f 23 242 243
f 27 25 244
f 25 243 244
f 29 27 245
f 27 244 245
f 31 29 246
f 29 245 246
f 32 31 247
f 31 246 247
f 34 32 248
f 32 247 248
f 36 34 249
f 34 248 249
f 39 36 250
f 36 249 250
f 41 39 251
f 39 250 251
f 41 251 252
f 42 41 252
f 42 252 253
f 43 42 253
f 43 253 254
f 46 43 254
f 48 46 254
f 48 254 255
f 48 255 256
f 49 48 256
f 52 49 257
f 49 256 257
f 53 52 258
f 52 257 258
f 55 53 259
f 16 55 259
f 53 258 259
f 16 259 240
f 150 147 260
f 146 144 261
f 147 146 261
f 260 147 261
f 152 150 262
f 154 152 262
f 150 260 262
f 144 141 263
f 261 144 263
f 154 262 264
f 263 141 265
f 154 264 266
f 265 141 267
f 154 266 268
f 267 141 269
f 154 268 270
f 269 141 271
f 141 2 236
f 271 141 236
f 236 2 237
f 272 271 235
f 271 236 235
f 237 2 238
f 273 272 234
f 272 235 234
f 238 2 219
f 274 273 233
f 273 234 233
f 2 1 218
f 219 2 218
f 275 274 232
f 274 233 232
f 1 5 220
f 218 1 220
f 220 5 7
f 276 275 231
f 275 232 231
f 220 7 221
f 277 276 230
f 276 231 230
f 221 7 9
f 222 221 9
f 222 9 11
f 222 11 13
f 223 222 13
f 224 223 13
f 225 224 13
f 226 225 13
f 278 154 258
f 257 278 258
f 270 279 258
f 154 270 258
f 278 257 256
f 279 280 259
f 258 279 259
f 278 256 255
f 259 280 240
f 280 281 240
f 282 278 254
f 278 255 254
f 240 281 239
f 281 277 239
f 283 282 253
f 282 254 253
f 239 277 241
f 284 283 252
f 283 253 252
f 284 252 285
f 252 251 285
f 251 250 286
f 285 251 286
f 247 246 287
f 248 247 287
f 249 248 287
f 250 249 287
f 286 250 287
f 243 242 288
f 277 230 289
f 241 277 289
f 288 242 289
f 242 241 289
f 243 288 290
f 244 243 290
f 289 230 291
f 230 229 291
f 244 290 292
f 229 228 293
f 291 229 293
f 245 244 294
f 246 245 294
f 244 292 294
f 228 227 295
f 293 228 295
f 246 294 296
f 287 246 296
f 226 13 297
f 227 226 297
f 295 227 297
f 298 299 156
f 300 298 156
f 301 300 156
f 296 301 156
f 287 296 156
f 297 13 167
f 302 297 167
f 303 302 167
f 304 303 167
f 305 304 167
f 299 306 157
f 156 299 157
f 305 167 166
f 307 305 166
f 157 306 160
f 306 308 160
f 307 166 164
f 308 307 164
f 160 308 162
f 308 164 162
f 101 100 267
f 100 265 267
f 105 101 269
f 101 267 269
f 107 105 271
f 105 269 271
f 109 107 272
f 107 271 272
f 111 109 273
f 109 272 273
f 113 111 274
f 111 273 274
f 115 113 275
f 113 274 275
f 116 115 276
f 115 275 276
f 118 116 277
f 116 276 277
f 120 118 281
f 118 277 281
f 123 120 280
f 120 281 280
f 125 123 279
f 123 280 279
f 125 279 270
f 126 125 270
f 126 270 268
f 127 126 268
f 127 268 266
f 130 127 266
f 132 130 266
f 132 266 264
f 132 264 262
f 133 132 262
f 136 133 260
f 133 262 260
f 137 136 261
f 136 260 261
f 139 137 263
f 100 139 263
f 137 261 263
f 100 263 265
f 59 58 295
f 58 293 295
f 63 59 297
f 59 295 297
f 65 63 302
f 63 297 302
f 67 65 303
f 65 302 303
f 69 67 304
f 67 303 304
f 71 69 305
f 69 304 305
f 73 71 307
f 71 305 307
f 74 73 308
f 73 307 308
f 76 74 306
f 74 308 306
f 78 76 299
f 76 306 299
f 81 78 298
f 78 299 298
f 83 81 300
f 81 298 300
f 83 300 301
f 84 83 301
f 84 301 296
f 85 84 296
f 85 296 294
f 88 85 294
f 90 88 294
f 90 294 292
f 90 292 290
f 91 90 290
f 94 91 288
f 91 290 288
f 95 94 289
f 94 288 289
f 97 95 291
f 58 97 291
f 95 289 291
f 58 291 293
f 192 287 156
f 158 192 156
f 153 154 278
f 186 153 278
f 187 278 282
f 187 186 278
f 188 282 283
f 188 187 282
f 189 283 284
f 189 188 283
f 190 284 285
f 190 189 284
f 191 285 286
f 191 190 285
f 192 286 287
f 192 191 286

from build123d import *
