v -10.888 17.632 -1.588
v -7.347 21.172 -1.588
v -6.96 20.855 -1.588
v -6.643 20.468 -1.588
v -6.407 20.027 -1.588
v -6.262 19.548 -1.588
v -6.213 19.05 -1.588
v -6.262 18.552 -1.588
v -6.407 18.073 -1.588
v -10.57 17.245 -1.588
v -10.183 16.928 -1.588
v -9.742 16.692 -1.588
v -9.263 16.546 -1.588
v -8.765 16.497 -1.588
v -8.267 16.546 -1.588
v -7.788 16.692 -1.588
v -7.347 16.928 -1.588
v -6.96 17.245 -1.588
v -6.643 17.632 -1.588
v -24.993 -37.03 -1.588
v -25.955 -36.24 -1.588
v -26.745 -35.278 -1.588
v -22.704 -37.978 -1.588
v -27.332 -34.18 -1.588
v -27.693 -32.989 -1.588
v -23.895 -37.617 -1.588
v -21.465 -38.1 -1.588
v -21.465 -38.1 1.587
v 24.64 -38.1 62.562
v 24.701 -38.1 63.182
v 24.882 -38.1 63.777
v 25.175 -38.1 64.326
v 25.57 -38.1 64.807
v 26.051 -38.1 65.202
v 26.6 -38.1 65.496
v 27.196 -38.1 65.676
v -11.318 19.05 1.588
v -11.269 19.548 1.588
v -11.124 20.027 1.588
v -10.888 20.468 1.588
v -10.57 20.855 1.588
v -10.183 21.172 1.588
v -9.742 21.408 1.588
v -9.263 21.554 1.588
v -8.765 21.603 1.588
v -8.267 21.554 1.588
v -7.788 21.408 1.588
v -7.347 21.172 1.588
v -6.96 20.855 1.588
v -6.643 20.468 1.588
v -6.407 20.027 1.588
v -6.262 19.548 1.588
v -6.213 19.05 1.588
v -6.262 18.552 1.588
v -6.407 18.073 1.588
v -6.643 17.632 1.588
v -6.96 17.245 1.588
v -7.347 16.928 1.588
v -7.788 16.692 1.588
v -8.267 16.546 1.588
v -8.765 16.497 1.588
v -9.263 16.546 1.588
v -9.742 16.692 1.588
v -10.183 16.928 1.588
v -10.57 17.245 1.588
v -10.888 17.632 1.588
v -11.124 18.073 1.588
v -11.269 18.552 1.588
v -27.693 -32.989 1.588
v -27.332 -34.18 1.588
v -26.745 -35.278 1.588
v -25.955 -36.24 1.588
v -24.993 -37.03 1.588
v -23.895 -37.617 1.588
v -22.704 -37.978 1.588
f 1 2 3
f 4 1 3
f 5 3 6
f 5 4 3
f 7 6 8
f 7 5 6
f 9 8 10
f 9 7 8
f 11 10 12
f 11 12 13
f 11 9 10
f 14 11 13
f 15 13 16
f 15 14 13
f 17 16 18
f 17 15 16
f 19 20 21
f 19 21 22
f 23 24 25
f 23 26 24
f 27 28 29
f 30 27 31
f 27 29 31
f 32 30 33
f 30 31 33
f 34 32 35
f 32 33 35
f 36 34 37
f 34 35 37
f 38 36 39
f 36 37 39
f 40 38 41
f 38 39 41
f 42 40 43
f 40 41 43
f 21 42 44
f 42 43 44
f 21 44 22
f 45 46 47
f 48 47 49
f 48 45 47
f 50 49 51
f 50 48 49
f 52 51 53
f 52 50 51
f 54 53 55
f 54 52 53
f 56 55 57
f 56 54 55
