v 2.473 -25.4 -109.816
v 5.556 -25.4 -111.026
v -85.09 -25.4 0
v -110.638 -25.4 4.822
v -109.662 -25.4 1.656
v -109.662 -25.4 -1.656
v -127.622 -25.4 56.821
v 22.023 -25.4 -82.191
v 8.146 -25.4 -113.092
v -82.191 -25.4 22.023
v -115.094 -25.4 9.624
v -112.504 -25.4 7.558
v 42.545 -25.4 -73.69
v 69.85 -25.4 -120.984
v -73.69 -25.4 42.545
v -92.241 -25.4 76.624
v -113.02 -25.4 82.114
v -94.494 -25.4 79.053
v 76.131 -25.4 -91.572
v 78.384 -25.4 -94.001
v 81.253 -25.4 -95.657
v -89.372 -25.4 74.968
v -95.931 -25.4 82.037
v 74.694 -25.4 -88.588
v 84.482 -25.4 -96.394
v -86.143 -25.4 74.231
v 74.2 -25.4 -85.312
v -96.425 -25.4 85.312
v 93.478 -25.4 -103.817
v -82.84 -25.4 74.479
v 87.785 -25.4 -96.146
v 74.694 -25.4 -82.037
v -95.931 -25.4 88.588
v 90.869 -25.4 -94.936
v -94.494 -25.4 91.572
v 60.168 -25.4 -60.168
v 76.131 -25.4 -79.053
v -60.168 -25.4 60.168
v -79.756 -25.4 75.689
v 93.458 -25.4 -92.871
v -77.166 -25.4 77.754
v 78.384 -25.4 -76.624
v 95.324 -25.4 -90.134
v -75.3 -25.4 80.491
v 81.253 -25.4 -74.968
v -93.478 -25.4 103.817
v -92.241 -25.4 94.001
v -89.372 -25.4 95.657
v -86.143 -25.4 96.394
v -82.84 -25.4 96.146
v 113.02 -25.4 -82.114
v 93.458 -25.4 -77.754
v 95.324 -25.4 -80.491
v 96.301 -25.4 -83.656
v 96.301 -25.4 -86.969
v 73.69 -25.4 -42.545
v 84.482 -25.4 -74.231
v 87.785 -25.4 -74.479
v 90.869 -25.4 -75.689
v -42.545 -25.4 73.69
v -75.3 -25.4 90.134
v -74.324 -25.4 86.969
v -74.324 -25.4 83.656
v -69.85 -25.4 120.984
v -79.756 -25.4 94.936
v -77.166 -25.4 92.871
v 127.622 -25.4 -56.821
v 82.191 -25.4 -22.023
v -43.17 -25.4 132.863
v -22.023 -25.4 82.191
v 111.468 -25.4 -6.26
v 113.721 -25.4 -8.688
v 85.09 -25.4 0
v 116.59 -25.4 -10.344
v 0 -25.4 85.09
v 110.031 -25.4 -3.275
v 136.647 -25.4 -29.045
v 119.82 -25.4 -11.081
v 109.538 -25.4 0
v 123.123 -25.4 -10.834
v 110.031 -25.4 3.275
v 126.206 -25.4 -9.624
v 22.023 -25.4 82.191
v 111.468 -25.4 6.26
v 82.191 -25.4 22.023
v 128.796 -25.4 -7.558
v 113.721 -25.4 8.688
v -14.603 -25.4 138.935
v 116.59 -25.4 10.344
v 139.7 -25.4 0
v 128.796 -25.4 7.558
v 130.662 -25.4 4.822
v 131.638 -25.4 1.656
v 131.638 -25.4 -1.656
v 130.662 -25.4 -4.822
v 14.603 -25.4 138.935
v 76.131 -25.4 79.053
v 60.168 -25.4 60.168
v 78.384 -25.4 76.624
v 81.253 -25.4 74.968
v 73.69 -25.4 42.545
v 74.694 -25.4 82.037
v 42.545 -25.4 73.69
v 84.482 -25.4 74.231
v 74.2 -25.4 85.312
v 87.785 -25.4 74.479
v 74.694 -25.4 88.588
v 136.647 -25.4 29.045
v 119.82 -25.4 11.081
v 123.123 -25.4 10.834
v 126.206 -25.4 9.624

##########

## Exercise prompt:
"f 275 232 231" marks the last line to print; print everything from the first line of the data through that line, unchanged, and nothing more.

## Result:
f 23 242 243
f 27 25 244
f 25 243 244
f 29 27 245
f 27 244 245
f 31 29 246
f 29 245 246
f 32 31 247
f 31 246 247
f 34 32 248
f 32 247 248
f 36 34 249
f 34 248 249
f 39 36 250
f 36 249 250
f 41 39 251
f 39 250 251
f 41 251 252
f 42 41 252
f 42 252 253
f 43 42 253
f 43 253 254
f 46 43 254
f 48 46 254
f 48 254 255
f 48 255 256
f 49 48 256
f 52 49 257
f 49 256 257
f 53 52 258
f 52 257 258
f 55 53 259
f 16 55 259
f 53 258 259
f 16 259 240
f 150 147 260
f 146 144 261
f 147 146 261
f 260 147 261
f 152 150 262
f 154 152 262
f 150 260 262
f 144 141 263
f 261 144 263
f 154 262 264
f 263 141 265
f 154 264 266
f 265 141 267
f 154 266 268
f 267 141 269
f 154 268 270
f 269 141 271
f 141 2 236
f 271 141 236
f 236 2 237
f 272 271 235
f 271 236 235
f 237 2 238
f 273 272 234
f 272 235 234
f 238 2 219
f 274 273 233
f 273 234 233
f 2 1 218
f 219 2 218
f 275 274 232
f 274 233 232
f 1 5 220
f 218 1 220
f 220 5 7
f 276 275 231
f 275 232 231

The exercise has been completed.